Thursday, July 2, 2009

Piracy off Somalia to “get worse”, warns Lloyd’s

Pirate attacks off the coast of Somalia on the rise and could cause a significant increase in the price of shipped goods, according to a new report commissioned by Lloyd’s of London.

“(The) piracy risk is likely to get worse before it gets better,” the report said, echoing “serious concerns” over piracy voiced last month by the Group of Eight powers (G8).

“The cost of keeping global trade routes open could result in a growing ‘piracy tax’ that will be felt by a wider range of businesses and consumers, already battered by the effects of recession,” the Lloyd’s report said.

As insurance costs escalate with the pirate attacks, shipping companies are increasingly choosing longer sea routes to avoid the region.

“It’s quite difficult to find vessels that will go through the Gulf of Aden these days,” said a ship broker based in London.

Insurance premiums on vessels travelling through the pirate-ridden Gulf of Aden have increased to between 0.05% and 0.175% the value of their cargo, compared to between 0% and 0.05% in May 2008.

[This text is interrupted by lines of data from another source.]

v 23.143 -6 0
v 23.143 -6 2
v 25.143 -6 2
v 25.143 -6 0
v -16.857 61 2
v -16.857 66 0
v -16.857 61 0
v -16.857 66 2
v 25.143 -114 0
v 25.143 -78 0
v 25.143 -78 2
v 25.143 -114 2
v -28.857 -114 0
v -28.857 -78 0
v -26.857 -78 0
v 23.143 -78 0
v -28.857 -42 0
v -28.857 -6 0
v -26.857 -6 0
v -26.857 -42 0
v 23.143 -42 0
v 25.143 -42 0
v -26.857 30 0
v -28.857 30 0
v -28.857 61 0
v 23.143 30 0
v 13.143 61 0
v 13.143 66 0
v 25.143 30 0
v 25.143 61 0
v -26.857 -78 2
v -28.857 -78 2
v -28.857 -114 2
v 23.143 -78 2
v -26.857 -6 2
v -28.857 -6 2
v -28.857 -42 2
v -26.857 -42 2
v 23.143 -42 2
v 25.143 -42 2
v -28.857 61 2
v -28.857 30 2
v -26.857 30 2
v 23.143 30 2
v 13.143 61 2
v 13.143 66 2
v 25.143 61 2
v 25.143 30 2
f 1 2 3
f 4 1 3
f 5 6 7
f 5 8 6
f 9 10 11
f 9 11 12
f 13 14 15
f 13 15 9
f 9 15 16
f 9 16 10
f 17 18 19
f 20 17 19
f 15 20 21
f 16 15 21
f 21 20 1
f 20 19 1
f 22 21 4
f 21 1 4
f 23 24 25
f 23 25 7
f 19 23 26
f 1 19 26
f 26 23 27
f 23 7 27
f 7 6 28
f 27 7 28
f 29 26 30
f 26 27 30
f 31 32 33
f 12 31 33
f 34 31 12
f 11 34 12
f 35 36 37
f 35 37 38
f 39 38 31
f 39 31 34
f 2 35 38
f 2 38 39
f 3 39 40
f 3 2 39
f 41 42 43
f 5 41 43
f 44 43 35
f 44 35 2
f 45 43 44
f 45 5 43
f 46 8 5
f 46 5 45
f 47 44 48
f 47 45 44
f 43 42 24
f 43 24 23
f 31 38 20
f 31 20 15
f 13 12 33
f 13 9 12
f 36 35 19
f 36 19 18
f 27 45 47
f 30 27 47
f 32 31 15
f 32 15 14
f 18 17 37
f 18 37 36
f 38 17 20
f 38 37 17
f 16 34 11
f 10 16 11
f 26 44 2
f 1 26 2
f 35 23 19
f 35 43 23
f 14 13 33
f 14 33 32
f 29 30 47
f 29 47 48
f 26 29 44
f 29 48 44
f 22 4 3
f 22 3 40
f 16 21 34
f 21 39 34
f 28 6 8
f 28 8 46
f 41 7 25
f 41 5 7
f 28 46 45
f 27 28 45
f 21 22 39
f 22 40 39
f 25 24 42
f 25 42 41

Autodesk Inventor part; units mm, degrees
ref_plane "YZ Plane" through (0, 0, 0) normal (1, 0, 0) x (0, 1, 0)
ref_plane "XZ Plane" through (0, 0, 0) normal (0, 1, 0) x (-1, 0, 0)
ref_plane "XY Plane" through (0, 0, 0) normal (0, 0, 1) x (1, 0, 0)
sketch "Sketch1" plane through (0, 0, 0) normal (0, 0, 1) x (1, 0, 0)
  line L0 (-28.8571, 66) -> (25.1429, 66)
  line L1 (25.1429, 66) -> (25.1429, -114)
  line L2 (25.1429, -114) -> (-28.8571, -114)
  line L3 (-28.8571, -114) -> (-28.8571, 66)
  point P0 (0, 0)
  dimension "d0" = 54
  dimension "d1" = 180
extrude "Extrusion1" add sketch "Sketch1" along normal blind 2
sketch "Sketch2" plane through (0, 0, 2) normal (0, 0, 1) x (1, 0, 0)
  line L0 (25.1429, 66) -> (-28.8571, 66) projected
  line L1 (-28.8571, 66) -> (-16.8571, 66)
  line L2 (-16.8571, 66) -> (-16.8571, 61)
  line L3 (-16.8571, 61) -> (-28.8571, 61)
  line L4 (-28.8571, 61) -> (-28.8571, 66)
  line L5 (25.1429, 66) -> (13.1429, 66)
  line L6 (13.1429, 66) -> (13.1429, 61)
  line L7 (13.1429, 61) -> (25.1429, 61)
  line L8 (25.1429, 61) -> (25.1429, 66)
  point P0 (0, 0)
  dimension "d4" = 12
  dimension "d5" = 12
  dimension "d6" = 5
extrude "Extrusion2" cut sketch "Sketch2" against normal blind 2
sketch "Sketch3" plane through (0, 0, 2) normal (0, 0, 1) x (1, 0, 0)
  line L0 (-28.8571, 61) -> (-28.8571, -114) projected
  line L1 (-28.8571, 30) -> (-26.8571, 30)
  line L2 (-26.8571, 30) -> (-26.8571, -6)
  line L3 (-26.8571, -6) -> (-28.8571, -6)
  line L4 (-28.8571, -6) -> (-28.8571, 30)
  line L5 (-28.8571, -42) -> (-26.8571, -42)
  line L6 (-26.8571, -42) -> (-26.8571, -78)
  line L7 (-26.8571, -78) -> (-28.8571, -78)
  line L8 (-28.8571, -78) -> (-28.8571, -42)
  line L9 (25.1429, -114) -> (25.1429, 61) projected
  line L10 (25.1429, 30) -> (23.1429, 30)
  line L11 (23.1429, 30) -> (23.1429, -6)
  line L12 (23.1429, -6) -> (25.1429, -6)
  line L13 (25.1429, -6) -> (25.1429, 30)
  line L14 (25.1429, -42) -> (23.1429, -42)
  line L15 (23.1429, -42) -> (23.1429, -78)
  line L16 (23.1429, -78) -> (25.1429, -78)
  line L17 (25.1429, -78) -> (25.1429, -42)
  line L18 (-16.8571, 61) -> (-28.8571, 61) projected
  line L19 (-28.8571, -114) -> (25.1429, -114) projected
  point P0 (0, 0)
  point P1 (-27.8571, 30)
  point P2 (-27.8571, -42)
  point P3 (-27.8571, -6)
  point P4 (-26.8571, -60)
  point P5 (-27.8571, -78)
  dimension "d10" = 36
  dimension "d11" = 36
  dimension "d12" = 2
  dimension "d13" = 2
  dimension "d14" = 36
  dimension "d15" = 36
extrude "Extrusion3" cut sketch "Sketch3" against normal blind 2
properties part number "front_side"
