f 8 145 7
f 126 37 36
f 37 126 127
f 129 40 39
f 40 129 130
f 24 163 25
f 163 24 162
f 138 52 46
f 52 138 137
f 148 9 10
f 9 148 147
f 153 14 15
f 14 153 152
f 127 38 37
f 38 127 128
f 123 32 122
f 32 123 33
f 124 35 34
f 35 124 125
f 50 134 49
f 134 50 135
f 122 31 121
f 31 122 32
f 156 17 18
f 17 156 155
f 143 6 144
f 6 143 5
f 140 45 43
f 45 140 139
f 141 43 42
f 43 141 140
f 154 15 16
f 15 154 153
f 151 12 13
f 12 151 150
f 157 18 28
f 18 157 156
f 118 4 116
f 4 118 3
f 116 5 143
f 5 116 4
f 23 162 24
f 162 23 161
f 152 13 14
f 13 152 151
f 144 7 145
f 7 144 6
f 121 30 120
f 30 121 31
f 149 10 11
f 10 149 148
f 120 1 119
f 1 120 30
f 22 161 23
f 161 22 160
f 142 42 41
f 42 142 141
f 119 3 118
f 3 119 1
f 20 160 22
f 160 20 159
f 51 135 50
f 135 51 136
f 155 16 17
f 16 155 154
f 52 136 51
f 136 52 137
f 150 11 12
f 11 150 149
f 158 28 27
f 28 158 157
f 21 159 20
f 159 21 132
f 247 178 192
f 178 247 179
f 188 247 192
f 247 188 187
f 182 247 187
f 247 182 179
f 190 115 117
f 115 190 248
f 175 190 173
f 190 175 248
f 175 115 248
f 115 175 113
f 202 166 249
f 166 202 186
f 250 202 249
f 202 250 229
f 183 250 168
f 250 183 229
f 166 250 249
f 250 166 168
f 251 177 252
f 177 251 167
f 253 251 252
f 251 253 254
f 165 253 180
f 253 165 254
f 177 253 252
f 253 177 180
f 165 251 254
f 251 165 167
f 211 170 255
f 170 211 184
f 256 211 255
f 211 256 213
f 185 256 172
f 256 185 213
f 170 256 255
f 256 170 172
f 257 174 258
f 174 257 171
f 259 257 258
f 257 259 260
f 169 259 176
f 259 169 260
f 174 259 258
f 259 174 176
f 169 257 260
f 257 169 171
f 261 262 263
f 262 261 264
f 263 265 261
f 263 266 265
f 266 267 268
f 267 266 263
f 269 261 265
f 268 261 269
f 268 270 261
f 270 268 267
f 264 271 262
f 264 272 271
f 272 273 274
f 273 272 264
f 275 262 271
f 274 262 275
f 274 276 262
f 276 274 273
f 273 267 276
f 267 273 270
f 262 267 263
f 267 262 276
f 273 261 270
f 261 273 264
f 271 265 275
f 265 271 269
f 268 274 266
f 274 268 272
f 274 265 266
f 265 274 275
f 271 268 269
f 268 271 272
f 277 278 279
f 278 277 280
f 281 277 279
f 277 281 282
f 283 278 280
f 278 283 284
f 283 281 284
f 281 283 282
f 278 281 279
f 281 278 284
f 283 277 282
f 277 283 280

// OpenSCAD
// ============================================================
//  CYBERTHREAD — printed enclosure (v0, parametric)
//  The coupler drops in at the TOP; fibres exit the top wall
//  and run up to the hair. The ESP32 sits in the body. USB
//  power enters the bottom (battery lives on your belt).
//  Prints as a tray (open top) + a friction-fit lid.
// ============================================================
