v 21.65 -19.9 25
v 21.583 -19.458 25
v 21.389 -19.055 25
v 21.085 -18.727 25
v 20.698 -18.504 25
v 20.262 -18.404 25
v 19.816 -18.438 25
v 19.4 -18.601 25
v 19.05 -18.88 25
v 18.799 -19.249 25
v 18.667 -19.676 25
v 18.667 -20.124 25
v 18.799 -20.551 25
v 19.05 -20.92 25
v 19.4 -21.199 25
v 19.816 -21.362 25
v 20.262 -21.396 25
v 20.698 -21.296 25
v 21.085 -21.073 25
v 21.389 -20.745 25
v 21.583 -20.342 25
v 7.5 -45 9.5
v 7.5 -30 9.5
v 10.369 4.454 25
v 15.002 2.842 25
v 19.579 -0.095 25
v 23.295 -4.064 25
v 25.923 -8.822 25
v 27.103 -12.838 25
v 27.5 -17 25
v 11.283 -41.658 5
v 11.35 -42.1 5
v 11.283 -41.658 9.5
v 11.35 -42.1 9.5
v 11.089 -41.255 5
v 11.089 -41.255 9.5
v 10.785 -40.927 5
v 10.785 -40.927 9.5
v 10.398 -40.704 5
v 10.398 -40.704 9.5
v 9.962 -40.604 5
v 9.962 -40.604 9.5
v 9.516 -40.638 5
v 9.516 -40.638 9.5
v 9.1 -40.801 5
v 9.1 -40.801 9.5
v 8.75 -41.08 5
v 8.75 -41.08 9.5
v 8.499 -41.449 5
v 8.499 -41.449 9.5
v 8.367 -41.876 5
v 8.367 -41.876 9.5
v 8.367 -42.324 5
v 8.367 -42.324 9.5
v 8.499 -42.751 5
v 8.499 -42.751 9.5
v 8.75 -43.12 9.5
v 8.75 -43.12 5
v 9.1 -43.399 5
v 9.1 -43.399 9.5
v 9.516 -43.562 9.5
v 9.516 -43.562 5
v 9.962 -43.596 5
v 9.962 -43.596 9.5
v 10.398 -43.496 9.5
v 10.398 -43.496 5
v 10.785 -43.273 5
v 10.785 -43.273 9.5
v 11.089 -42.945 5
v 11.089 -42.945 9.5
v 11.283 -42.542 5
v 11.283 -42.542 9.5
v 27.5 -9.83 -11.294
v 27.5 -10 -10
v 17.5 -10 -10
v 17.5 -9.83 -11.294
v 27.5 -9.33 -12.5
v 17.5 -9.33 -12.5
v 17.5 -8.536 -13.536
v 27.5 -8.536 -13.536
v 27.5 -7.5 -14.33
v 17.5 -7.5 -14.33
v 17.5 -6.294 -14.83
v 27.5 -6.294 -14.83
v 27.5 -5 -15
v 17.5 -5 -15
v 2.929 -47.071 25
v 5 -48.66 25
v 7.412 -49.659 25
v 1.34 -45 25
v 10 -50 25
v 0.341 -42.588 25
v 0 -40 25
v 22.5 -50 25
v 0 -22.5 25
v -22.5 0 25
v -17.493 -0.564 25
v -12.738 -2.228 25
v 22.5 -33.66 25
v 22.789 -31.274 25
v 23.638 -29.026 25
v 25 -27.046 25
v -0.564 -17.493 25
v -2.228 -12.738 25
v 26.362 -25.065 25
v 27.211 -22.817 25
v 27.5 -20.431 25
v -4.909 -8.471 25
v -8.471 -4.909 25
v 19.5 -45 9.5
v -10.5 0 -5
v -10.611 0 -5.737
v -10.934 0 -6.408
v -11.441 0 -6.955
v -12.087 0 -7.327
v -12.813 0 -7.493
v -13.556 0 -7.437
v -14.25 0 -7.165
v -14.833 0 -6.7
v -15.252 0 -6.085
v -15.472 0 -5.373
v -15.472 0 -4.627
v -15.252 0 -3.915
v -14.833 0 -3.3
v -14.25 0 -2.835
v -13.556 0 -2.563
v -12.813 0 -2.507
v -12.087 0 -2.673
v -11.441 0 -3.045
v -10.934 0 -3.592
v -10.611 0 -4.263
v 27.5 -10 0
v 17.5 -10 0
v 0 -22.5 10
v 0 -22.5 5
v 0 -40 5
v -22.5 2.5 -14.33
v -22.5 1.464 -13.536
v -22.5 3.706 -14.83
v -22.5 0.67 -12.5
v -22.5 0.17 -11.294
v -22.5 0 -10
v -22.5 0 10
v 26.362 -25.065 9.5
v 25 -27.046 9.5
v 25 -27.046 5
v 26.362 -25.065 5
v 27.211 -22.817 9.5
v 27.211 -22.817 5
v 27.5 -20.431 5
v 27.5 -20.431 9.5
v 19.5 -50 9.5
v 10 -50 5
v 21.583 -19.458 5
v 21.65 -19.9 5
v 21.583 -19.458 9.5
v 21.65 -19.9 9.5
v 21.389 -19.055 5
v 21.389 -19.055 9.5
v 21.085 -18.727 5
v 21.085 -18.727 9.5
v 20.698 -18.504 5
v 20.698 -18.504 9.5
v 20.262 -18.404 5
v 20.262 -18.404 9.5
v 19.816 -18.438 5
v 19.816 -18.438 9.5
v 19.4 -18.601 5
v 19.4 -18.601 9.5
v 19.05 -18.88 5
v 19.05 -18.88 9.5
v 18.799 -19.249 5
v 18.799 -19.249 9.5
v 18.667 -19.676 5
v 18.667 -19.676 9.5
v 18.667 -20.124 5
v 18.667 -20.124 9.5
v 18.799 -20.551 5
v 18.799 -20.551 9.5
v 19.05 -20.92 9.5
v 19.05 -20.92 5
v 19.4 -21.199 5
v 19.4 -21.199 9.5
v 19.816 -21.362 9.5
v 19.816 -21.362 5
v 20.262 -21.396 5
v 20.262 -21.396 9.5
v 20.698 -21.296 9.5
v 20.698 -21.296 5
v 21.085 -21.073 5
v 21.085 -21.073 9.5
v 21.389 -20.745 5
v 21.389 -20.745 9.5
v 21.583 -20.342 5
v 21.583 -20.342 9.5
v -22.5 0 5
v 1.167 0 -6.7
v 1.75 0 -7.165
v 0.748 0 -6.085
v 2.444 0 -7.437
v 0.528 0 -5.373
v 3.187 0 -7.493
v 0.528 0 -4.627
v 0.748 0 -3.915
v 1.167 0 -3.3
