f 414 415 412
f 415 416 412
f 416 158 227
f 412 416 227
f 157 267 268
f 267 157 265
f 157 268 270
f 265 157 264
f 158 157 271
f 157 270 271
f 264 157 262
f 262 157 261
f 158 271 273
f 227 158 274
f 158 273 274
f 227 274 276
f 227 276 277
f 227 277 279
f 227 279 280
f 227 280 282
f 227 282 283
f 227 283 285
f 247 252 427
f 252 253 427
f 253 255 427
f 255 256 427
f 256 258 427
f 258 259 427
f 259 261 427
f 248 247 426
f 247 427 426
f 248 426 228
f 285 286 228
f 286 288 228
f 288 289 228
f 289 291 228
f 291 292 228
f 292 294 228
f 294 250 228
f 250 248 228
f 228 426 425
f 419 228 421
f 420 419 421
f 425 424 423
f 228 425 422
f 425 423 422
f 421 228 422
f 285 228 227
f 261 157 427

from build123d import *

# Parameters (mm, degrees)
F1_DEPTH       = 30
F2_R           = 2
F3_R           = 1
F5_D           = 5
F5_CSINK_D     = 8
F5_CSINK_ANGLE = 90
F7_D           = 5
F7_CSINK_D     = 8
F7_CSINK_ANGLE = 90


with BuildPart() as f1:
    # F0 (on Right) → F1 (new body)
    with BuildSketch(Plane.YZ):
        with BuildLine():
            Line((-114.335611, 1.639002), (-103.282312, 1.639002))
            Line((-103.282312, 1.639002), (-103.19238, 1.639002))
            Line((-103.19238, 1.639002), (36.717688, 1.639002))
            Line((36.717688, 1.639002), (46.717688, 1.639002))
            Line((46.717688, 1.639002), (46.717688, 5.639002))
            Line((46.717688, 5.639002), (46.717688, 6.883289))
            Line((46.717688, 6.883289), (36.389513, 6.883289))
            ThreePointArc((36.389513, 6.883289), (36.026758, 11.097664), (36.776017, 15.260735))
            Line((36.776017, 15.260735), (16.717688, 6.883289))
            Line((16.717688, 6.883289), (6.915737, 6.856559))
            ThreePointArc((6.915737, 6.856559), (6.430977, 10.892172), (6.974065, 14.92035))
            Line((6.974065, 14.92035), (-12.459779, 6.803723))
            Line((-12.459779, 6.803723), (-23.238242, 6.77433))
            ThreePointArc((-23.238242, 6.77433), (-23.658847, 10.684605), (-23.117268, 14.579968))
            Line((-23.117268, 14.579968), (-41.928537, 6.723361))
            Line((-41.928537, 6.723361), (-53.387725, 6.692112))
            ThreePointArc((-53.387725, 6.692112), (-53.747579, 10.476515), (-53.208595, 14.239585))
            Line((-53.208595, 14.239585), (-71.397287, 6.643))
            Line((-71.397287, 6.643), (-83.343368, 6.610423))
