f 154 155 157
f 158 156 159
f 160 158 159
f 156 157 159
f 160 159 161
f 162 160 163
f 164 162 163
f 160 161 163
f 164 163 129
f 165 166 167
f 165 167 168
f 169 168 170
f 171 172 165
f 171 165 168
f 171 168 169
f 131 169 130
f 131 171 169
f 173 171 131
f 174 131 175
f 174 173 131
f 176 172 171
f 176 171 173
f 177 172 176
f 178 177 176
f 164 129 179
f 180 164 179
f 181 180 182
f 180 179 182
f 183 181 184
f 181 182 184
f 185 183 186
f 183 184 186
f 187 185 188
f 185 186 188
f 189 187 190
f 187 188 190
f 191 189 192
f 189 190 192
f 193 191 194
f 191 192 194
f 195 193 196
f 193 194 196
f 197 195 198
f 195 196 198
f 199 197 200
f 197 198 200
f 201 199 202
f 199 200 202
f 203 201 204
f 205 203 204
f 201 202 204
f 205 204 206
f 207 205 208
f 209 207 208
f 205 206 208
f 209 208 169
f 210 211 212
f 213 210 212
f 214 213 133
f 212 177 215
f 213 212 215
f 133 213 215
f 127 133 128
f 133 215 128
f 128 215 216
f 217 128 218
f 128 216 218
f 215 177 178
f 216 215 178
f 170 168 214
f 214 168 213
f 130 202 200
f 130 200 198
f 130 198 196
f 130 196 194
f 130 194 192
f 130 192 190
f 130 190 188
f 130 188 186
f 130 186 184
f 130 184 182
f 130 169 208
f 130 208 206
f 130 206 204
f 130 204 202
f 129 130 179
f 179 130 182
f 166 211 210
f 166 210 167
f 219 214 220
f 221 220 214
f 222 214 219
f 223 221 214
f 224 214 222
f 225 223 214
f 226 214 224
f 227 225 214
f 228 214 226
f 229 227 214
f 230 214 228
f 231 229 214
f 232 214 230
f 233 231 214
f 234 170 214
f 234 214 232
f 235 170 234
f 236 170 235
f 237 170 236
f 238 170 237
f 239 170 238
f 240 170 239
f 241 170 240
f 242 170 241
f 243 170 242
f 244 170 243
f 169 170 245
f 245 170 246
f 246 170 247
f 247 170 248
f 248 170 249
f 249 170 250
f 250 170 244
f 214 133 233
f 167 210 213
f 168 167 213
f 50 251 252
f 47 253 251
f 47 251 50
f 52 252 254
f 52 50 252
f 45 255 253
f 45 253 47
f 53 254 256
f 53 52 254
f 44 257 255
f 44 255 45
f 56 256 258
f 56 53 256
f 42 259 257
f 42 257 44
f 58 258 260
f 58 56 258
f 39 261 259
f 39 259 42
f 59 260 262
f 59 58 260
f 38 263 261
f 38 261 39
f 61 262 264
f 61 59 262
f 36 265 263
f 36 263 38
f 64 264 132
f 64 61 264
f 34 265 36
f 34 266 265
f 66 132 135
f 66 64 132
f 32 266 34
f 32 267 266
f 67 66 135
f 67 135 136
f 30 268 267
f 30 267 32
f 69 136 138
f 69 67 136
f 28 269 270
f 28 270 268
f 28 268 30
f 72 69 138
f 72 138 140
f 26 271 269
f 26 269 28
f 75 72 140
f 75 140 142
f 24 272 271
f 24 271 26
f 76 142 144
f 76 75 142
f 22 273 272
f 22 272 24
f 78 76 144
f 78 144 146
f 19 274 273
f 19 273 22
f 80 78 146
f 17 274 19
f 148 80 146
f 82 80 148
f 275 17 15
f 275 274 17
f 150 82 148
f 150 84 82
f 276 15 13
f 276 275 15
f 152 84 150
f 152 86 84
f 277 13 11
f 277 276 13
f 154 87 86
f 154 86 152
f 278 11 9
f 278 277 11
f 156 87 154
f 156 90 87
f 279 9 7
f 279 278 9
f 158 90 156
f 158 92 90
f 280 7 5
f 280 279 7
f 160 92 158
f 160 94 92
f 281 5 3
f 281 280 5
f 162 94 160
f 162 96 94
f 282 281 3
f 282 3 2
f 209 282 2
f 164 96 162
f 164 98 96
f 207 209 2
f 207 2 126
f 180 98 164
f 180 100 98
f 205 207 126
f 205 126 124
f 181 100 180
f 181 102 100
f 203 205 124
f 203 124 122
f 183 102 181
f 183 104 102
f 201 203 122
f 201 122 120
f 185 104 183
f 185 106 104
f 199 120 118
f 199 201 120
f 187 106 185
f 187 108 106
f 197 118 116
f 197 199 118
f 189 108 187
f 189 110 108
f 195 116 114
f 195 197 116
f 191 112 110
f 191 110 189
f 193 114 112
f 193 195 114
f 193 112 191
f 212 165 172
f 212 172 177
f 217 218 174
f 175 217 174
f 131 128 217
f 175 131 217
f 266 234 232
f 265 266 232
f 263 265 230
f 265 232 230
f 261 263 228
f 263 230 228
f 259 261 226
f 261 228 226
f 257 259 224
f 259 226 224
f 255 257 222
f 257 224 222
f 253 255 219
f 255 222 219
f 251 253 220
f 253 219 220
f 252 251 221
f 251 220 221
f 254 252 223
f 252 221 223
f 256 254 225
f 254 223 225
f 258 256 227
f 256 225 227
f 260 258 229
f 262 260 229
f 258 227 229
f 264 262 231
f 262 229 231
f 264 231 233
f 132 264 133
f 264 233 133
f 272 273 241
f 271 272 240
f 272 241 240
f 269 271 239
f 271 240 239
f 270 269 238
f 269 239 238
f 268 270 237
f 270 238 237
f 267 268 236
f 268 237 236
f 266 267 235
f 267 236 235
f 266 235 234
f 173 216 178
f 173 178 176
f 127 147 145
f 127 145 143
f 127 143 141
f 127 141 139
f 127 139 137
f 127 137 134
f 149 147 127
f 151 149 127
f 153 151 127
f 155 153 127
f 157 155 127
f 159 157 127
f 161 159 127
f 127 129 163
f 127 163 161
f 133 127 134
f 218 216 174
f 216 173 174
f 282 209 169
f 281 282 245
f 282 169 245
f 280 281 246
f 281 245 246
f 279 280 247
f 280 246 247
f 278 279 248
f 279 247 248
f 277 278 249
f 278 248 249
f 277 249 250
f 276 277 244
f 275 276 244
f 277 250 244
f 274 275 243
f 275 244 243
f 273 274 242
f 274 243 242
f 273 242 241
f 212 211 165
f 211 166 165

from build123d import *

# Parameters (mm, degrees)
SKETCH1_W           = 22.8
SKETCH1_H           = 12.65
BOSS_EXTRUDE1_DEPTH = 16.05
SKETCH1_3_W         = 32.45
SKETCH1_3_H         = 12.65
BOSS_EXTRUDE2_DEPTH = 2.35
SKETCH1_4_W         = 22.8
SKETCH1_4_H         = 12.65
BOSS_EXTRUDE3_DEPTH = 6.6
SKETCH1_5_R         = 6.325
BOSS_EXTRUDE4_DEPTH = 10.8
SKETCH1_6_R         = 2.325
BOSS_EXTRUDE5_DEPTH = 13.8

Industry experts believe rates could rise further still if pirate attacks are not curtailed.

“Rates and charges may well escalate if the number of successful piracy attacks increases,” said Paul Newton, marine underwriter at Allianz.

Sainsbury’s expressed concern that its deliveries could be delayed due to pirate attacks.

“Retailers are highly reliant on their increasingly global supply chains and any unrest or piracy could have an impact on this crucial process,” said Paul Howard, the supermarket’s head of insurance and risk management.

“Although none have been confirmed, there have been rumours of deviations in delivery because of piracy events, the Gulf of Aden being a crucial route for many retailers in the UK,” Howard added.